[Stored items]
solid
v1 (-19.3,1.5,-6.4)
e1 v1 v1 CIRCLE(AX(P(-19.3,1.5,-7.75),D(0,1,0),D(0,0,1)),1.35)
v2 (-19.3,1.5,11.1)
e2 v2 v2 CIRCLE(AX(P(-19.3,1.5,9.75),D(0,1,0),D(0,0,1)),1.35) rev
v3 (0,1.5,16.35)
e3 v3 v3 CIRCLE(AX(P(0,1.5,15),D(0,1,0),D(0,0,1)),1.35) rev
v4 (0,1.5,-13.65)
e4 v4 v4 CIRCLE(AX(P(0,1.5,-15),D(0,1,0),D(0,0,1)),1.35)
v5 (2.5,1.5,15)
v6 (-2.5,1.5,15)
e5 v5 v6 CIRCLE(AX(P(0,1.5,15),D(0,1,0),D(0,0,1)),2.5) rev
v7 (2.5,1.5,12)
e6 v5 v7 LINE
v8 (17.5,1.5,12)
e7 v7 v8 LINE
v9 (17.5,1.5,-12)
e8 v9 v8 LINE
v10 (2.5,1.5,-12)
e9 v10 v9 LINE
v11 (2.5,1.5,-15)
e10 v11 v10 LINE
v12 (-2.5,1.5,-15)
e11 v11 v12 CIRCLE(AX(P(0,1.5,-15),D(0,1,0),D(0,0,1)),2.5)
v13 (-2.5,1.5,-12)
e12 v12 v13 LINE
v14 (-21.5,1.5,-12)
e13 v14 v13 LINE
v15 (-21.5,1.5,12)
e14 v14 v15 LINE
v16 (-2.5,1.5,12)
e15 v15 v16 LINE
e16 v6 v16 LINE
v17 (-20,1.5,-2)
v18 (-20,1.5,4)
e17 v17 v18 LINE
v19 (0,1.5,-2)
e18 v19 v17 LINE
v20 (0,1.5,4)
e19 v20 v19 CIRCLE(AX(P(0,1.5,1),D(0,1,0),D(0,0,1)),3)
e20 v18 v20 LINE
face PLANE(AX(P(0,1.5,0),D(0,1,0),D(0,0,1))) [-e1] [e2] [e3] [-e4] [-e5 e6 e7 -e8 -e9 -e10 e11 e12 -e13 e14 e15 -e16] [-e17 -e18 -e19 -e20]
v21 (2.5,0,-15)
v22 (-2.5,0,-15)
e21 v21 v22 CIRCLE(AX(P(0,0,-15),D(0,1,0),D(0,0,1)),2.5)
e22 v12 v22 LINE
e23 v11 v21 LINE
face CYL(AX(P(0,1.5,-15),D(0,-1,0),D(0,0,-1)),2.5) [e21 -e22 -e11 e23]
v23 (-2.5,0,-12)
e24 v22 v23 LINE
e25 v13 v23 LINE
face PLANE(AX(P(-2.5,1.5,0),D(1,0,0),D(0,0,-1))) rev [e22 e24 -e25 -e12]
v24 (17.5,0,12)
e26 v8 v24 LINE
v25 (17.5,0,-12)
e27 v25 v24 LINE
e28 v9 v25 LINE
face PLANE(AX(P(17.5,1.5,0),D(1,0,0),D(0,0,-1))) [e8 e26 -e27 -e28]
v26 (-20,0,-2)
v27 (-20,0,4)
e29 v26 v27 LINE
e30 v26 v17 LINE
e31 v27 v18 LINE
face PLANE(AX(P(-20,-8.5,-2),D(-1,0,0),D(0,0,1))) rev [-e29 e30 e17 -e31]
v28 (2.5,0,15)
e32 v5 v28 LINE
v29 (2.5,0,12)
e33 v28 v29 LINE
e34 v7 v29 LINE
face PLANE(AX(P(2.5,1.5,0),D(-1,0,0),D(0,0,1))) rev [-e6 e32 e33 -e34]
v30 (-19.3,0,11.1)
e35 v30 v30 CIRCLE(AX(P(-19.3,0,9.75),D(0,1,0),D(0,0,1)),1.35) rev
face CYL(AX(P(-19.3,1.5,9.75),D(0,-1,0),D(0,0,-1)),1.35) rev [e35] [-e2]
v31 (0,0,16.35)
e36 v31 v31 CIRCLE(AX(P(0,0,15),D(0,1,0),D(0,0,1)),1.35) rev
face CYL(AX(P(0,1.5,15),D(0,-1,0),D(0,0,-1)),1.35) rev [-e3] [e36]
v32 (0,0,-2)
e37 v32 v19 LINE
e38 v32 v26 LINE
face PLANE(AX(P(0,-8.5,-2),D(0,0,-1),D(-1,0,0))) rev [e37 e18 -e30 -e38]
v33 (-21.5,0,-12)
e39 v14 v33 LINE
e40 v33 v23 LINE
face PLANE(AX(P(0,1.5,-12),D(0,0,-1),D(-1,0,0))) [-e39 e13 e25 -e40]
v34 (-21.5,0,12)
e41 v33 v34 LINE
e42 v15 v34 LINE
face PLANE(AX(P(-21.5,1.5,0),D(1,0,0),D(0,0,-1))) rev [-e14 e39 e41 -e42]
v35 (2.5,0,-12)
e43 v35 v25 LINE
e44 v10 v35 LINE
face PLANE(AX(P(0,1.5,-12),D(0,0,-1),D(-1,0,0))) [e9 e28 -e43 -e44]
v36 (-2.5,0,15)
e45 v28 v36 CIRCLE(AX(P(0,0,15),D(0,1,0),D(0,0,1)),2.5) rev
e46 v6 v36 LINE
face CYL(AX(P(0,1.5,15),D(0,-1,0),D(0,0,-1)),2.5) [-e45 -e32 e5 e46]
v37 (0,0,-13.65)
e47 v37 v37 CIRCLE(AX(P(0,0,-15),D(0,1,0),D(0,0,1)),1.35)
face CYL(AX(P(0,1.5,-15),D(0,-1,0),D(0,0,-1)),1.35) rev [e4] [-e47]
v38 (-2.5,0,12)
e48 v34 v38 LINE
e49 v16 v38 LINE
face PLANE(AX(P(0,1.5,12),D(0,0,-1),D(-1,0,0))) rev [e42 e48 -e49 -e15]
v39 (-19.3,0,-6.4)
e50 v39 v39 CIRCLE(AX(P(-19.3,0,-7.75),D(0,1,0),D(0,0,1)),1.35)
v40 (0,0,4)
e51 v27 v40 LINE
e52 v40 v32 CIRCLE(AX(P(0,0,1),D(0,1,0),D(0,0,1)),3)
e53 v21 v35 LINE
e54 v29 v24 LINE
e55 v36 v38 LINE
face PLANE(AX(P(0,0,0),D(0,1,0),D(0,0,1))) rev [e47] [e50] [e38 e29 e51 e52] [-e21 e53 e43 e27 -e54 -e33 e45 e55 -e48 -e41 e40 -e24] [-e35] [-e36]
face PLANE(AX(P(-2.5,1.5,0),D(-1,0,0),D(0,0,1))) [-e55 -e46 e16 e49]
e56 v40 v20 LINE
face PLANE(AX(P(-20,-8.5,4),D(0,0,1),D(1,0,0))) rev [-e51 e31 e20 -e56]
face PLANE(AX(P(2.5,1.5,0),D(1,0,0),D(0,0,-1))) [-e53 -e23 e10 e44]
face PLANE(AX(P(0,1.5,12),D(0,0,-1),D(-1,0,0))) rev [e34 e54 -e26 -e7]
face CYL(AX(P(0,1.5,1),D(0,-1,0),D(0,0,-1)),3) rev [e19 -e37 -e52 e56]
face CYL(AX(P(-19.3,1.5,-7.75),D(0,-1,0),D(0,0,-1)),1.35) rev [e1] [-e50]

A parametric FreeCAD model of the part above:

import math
import FreeCAD as App
import Part
import Sketcher

doc = App.newDocument("Part")
body = doc.addObject("PartDesign::Body", "Body")

# Sketch on XZ plane
sketch1 = body.newObject("Sketcher::SketchObject", "Sketch")
sketch1.AttachmentSupport = (doc.getObject("XZ_Plane"), [""])
sketch1.MapMode = "FlatFace"
sketch1.addGeometry([
    Part.LineSegment(App.Vector(-2.5, 12, 0), App.Vector(-2.5, 15, 0)),  # 0
    Part.ArcOfCircle(Part.Circle(App.Vector(0, 15, 0), App.Vector(0, 0, 1), 2.5), math.radians(0), math.radians(180)),  # 1
    Part.LineSegment(App.Vector(2.5, 15, 0), App.Vector(2.5, 12, 0)),  # 2
    Part.LineSegment(App.Vector(2.5, 12, 0), App.Vector(17.5, 12, 0)),  # 3
    Part.LineSegment(App.Vector(17.5, 12, 0), App.Vector(17.5, -12, 0)),  # 4
    Part.LineSegment(App.Vector(17.5, -12, 0), App.Vector(2.5, -12, 0)),  # 5
    Part.LineSegment(App.Vector(2.5, -12, 0), App.Vector(2.5, -15, 0)),  # 6
    Part.ArcOfCircle(Part.Circle(App.Vector(0, -15, 0), App.Vector(0, 0, 1), 2.5), math.radians(180), math.radians(360)),  # 7
    Part.LineSegment(App.Vector(-2.5, -15, 0), App.Vector(-2.5, -12, 0)),  # 8
    Part.LineSegment(App.Vector(-2.5, -12, 0), App.Vector(-21.5, -12, 0)),  # 9
    Part.LineSegment(App.Vector(-21.5, -12, 0), App.Vector(-21.5, 12, 0)),  # 10
    Part.LineSegment(App.Vector(-21.5, 12, 0), App.Vector(-2.5, 12, 0)),  # 11
    Part.Circle(App.Vector(-19.3, 9.75, 0), App.Vector(0, 0, 1), 1.35),  # 12
    Part.Circle(App.Vector(0, 15, 0), App.Vector(0, 0, 1), 1.35),  # 13
    Part.Circle(App.Vector(0, 1, 0), App.Vector(0, 0, 1), 3),  # 14
    Part.Circle(App.Vector(-19.3, -7.75, 0), App.Vector(0, 0, 1), 1.35),  # 15
    Part.Circle(App.Vector(0, -15, 0), App.Vector(0, 0, 1), 1.35),  # 16
], False)
sketch1.addConstraint([
    Sketcher.Constraint("Tangent", 0, 2, 1, 2),
    Sketcher.Constraint("Tangent", 1, 1, 2, 1),
    Sketcher.Constraint("Coincident", 2, 2, 3, 1),
    Sketcher.Constraint("Coincident", 3, 2, 4, 1),
    Sketcher.Constraint("Coincident", 4, 2, 5, 1),
    Sketcher.Constraint("Coincident", 5, 2, 6, 1),
    Sketcher.Constraint("Tangent", 6, 2, 7, 2),
    Sketcher.Constraint("Tangent", 7, 1, 8, 1),
    Sketcher.Constraint("Coincident", 8, 2, 9, 1),
    Sketcher.Constraint("Coincident", 9, 2, 10, 1),
    Sketcher.Constraint("Coincident", 10, 2, 11, 1),
    Sketcher.Constraint("Coincident", 11, 2, 0, 1),
    Sketcher.Constraint("Vertical", 0),
    Sketcher.Constraint("Vertical", 2),
    Sketcher.Constraint("Horizontal", 3),
    Sketcher.Constraint("Vertical", 4),
    Sketcher.Constraint("Horizontal", 5),
    Sketcher.Constraint("Vertical", 6),
    Sketcher.Constraint("Vertical", 8),
    Sketcher.Constraint("Horizontal", 9),
    Sketcher.Constraint("Vertical", 10),
    Sketcher.Constraint("Horizontal", 11),
    Sketcher.Constraint("Coincident", 13, 3, 1, 3),
    Sketcher.Constraint("Coincident", 16, 3, 7, 3),
    Sketcher.Constraint("Equal", 1, 7),
    Sketcher.Constraint("Equal", 12, 13),
    Sketcher.Constraint("Equal", 13, 15),
    Sketcher.Constraint("Equal", 15, 16),
    Sketcher.Constraint("Symmetric", 1, 3, 7, 3, -1, 1),
    Sketcher.Constraint("Symmetric", 5, 2, 8, 2, -2),
    Sketcher.Constraint("PointOnObject", 14, 3, -2),
    Sketcher.Constraint("Horizontal", 3, 2, 10, 2),
    Sketcher.Constraint("Vertical", 12, 3, 15, 3),
    Sketcher.Constraint("Equal", 2, 6),
    Sketcher.Constraint("Diameter", 14, 6.0),
    Sketcher.Constraint("Diameter", 12, 2.7),
    Sketcher.Constraint("Radius", 1, 2.5),
    Sketcher.Constraint("DistanceX", 3, 1, 3, 2, 15.0),
    Sketcher.Constraint("DistanceX", 9, 2, 9, 1, 19.0),
    Sketcher.Constraint("DistanceY", 0, 1, 0, 2, 3.0),
    Sketcher.Constraint("DistanceY", 4, 2, 4, 1, 24.0),
    Sketcher.Constraint("DistanceY", -1, 1, 14, 3, 1.0),
    Sketcher.Constraint("DistanceX", 12, 3, -1, 1, 19.3),
    Sketcher.Constraint("DistanceY", 15, 3, 12, 3, 17.5),
    Sketcher.Constraint("DistanceY", -1, 1, 12, 3, 9.75),
])
pad1 = body.newObject("PartDesign::Pad", "Pad")
pad1.Profile = sketch1
pad1.Length = 1.5
pad1.Reversed = True

# Sketch on XZ plane
sketch2 = body.newObject("Sketcher::SketchObject", "Sketch001")
sketch2.AttachmentSupport = (doc.getObject("XZ_Plane"), [""])
sketch2.MapMode = "FlatFace"
sketch2.AttachmentOffset = App.Placement(App.Vector(0, 0, -1.5), App.Rotation())
sketch2.addGeometry([
    Part.LineSegment(App.Vector(0, -2, 0), App.Vector(-20, -2, 0)),
    Part.LineSegment(App.Vector(-20, -2, 0), App.Vector(-20, 4, 0)),
    Part.LineSegment(App.Vector(-20, 4, 0), App.Vector(0, 4, 0)),
    Part.ArcOfCircle(Part.Circle(App.Vector(0, 1, 0), App.Vector(0, 0, 1), 3), math.radians(-90), math.radians(90)),
], False)
sketch2.addConstraint([
    Sketcher.Constraint("Coincident", 0, 2, 1, 1),
    Sketcher.Constraint("Coincident", 1, 2, 2, 1),
    Sketcher.Constraint("Tangent", 2, 2, 3, 2),
    Sketcher.Constraint("Tangent", 3, 1, 0, 1),
    Sketcher.Constraint("Horizontal", 0),
    Sketcher.Constraint("Vertical", 1),
    Sketcher.Constraint("Horizontal", 2),
    Sketcher.Constraint("PointOnObject", 3, 3, -2),
    Sketcher.Constraint("Radius", 3, 3.0),
    Sketcher.Constraint("DistanceX", 0, 2, 0, 1, 20.0),
    Sketcher.Constraint("DistanceY", -1, 1, 3, 3, 1.0),
])
pocket1 = body.newObject("PartDesign::Pocket", "Pocket")
pocket1.Profile = sketch2
pocket1.Length = 10
pocket1.Reversed = True

doc.recompute()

**AIM OF THE EXERCISE**
Go to the line with "e2 v2 v2 CIRCLE(AX(P(-19.3,1.5,9.75),D(0,1,0),D(0,0,1)),1.35)" in the entries above and repeat every line from there through the line with "v6 (-2.5,1.5,15)", exactly and with no other text.

**OUTPUT**
e2 v2 v2 CIRCLE(AX(P(-19.3,1.5,9.75),D(0,1,0),D(0,0,1)),1.35) rev
v3 (0,1.5,16.35)
e3 v3 v3 CIRCLE(AX(P(0,1.5,15),D(0,1,0),D(0,0,1)),1.35) rev
v4 (0,1.5,-13.65)
e4 v4 v4 CIRCLE(AX(P(0,1.5,-15),D(0,1,0),D(0,0,1)),1.35)
v5 (2.5,1.5,15)
v6 (-2.5,1.5,15)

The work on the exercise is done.